Given records section start

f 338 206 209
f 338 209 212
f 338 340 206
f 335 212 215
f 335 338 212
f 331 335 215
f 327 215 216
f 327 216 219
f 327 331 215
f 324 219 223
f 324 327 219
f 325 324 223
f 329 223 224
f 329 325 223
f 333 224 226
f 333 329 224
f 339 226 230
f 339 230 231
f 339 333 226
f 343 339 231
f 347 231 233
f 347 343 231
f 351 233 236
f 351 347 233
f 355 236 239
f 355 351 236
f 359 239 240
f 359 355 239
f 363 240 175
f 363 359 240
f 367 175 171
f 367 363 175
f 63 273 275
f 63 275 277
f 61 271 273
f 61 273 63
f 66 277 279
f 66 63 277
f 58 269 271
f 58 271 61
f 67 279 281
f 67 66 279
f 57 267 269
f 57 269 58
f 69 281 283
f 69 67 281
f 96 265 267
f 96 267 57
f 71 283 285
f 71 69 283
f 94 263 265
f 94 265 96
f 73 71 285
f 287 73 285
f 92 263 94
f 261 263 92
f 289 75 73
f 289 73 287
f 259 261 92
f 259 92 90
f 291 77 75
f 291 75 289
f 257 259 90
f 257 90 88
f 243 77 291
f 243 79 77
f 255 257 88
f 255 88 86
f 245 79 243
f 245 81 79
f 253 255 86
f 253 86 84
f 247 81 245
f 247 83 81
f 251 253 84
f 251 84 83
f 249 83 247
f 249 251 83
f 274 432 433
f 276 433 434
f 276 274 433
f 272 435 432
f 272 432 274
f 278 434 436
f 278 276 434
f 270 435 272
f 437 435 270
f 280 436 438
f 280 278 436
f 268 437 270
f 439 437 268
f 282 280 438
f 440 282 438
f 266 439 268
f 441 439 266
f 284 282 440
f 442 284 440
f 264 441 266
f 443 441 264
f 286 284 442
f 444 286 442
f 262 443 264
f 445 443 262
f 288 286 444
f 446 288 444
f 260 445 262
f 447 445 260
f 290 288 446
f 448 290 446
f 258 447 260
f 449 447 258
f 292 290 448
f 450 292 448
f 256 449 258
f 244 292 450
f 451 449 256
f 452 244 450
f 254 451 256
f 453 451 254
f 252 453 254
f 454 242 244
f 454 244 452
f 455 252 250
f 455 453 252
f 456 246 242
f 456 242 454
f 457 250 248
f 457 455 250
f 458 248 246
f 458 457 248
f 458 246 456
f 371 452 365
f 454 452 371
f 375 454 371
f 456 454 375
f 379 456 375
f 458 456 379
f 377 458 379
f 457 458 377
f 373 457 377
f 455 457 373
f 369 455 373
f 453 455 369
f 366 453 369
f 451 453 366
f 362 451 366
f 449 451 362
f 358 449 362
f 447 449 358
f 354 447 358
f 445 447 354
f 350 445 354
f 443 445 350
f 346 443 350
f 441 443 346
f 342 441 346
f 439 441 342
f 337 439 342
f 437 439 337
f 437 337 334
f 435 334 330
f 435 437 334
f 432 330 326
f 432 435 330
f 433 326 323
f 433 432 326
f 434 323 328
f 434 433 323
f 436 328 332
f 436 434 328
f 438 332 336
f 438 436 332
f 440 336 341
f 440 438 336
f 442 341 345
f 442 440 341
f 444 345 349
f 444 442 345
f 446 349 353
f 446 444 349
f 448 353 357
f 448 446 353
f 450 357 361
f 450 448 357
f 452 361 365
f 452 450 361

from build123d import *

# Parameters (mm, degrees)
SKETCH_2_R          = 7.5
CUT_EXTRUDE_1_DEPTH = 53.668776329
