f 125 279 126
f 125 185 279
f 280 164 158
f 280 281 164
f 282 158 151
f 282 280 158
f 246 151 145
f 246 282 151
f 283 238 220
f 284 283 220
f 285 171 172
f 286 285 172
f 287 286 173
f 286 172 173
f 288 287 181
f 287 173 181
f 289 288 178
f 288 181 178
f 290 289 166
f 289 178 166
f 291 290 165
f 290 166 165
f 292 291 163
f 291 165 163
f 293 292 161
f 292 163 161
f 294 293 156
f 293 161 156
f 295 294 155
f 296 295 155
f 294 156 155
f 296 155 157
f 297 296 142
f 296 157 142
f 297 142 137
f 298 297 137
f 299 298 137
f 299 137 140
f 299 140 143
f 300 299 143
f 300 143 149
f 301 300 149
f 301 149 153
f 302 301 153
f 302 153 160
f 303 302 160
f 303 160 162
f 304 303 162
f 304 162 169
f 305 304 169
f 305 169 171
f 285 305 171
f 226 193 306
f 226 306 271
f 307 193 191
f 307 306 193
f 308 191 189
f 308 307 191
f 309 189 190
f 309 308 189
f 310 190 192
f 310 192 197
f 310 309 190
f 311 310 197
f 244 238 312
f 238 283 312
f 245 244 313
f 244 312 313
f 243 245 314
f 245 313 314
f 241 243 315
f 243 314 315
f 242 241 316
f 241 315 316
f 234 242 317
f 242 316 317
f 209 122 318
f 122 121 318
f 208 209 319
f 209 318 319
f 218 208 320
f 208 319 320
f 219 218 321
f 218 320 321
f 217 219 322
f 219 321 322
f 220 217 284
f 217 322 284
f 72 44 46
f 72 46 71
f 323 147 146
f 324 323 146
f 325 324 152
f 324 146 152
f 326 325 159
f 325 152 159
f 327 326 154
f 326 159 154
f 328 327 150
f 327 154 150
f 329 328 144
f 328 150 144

Given records section end
Given records section start

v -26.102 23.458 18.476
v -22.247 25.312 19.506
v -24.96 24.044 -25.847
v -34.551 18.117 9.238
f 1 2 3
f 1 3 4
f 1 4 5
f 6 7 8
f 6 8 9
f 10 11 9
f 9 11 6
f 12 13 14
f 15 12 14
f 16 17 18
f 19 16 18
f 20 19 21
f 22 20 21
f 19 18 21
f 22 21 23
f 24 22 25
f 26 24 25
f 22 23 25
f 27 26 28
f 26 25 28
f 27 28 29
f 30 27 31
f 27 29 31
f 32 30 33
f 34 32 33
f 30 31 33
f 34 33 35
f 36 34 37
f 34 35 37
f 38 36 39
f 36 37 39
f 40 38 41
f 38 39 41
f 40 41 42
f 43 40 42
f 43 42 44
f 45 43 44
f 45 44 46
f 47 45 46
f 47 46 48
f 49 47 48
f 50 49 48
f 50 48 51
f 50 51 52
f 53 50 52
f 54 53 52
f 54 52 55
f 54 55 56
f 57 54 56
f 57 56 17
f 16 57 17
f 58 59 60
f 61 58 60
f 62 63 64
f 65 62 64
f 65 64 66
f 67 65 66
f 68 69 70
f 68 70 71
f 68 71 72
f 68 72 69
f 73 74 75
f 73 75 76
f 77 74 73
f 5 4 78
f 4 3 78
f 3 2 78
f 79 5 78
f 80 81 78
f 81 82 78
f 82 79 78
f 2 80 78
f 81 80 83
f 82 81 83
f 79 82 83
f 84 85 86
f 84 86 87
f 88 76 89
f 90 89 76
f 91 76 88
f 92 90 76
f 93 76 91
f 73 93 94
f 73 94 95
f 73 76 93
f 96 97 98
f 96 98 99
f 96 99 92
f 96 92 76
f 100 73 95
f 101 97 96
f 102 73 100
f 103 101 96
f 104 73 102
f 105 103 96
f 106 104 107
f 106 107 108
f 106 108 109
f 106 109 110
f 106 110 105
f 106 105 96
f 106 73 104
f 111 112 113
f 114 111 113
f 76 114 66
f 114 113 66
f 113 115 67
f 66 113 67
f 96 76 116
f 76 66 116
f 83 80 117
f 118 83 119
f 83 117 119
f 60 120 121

Given records section end

= Goal of the exercise =
Give back exactly the lines above starting at the line where "f 245 79 243" appears and ending at the line where "f 445 447 354" appears, both included, with no other lines.

= Task result =
f 245 79 243
f 245 81 79
f 253 255 86
f 253 86 84
f 247 81 245
f 247 83 81
f 251 253 84
f 251 84 83
f 249 83 247
f 249 251 83
f 274 432 433
f 276 433 434
f 276 274 433
f 272 435 432
f 272 432 274
f 278 434 436
f 278 276 434
f 270 435 272
f 437 435 270
f 280 436 438
f 280 278 436
f 268 437 270
f 439 437 268
f 282 280 438
f 440 282 438
f 266 439 268
f 441 439 266
f 284 282 440
f 442 284 440
f 264 441 266
f 443 441 264
f 286 284 442
f 444 286 442
f 262 443 264
f 445 443 262
f 288 286 444
f 446 288 444
f 260 445 262
f 447 445 260
f 290 288 446
f 448 290 446
f 258 447 260
f 449 447 258
f 292 290 448
f 450 292 448
f 256 449 258
f 244 292 450
f 451 449 256
f 452 244 450
f 254 451 256
f 453 451 254
f 252 453 254
f 454 242 244
f 454 244 452
f 455 252 250
f 455 453 252
f 456 246 242
f 456 242 454
f 457 250 248
f 457 455 250
f 458 248 246
f 458 457 248
f 458 246 456
f 371 452 365
f 454 452 371
f 375 454 371
f 456 454 375
f 379 456 375
f 458 456 379
f 377 458 379
f 457 458 377
f 373 457 377
f 455 457 373
f 369 455 373
f 453 455 369
f 366 453 369
f 451 453 366
f 362 451 366
f 449 451 362
f 358 449 362
f 447 449 358
f 354 447 358
f 445 447 354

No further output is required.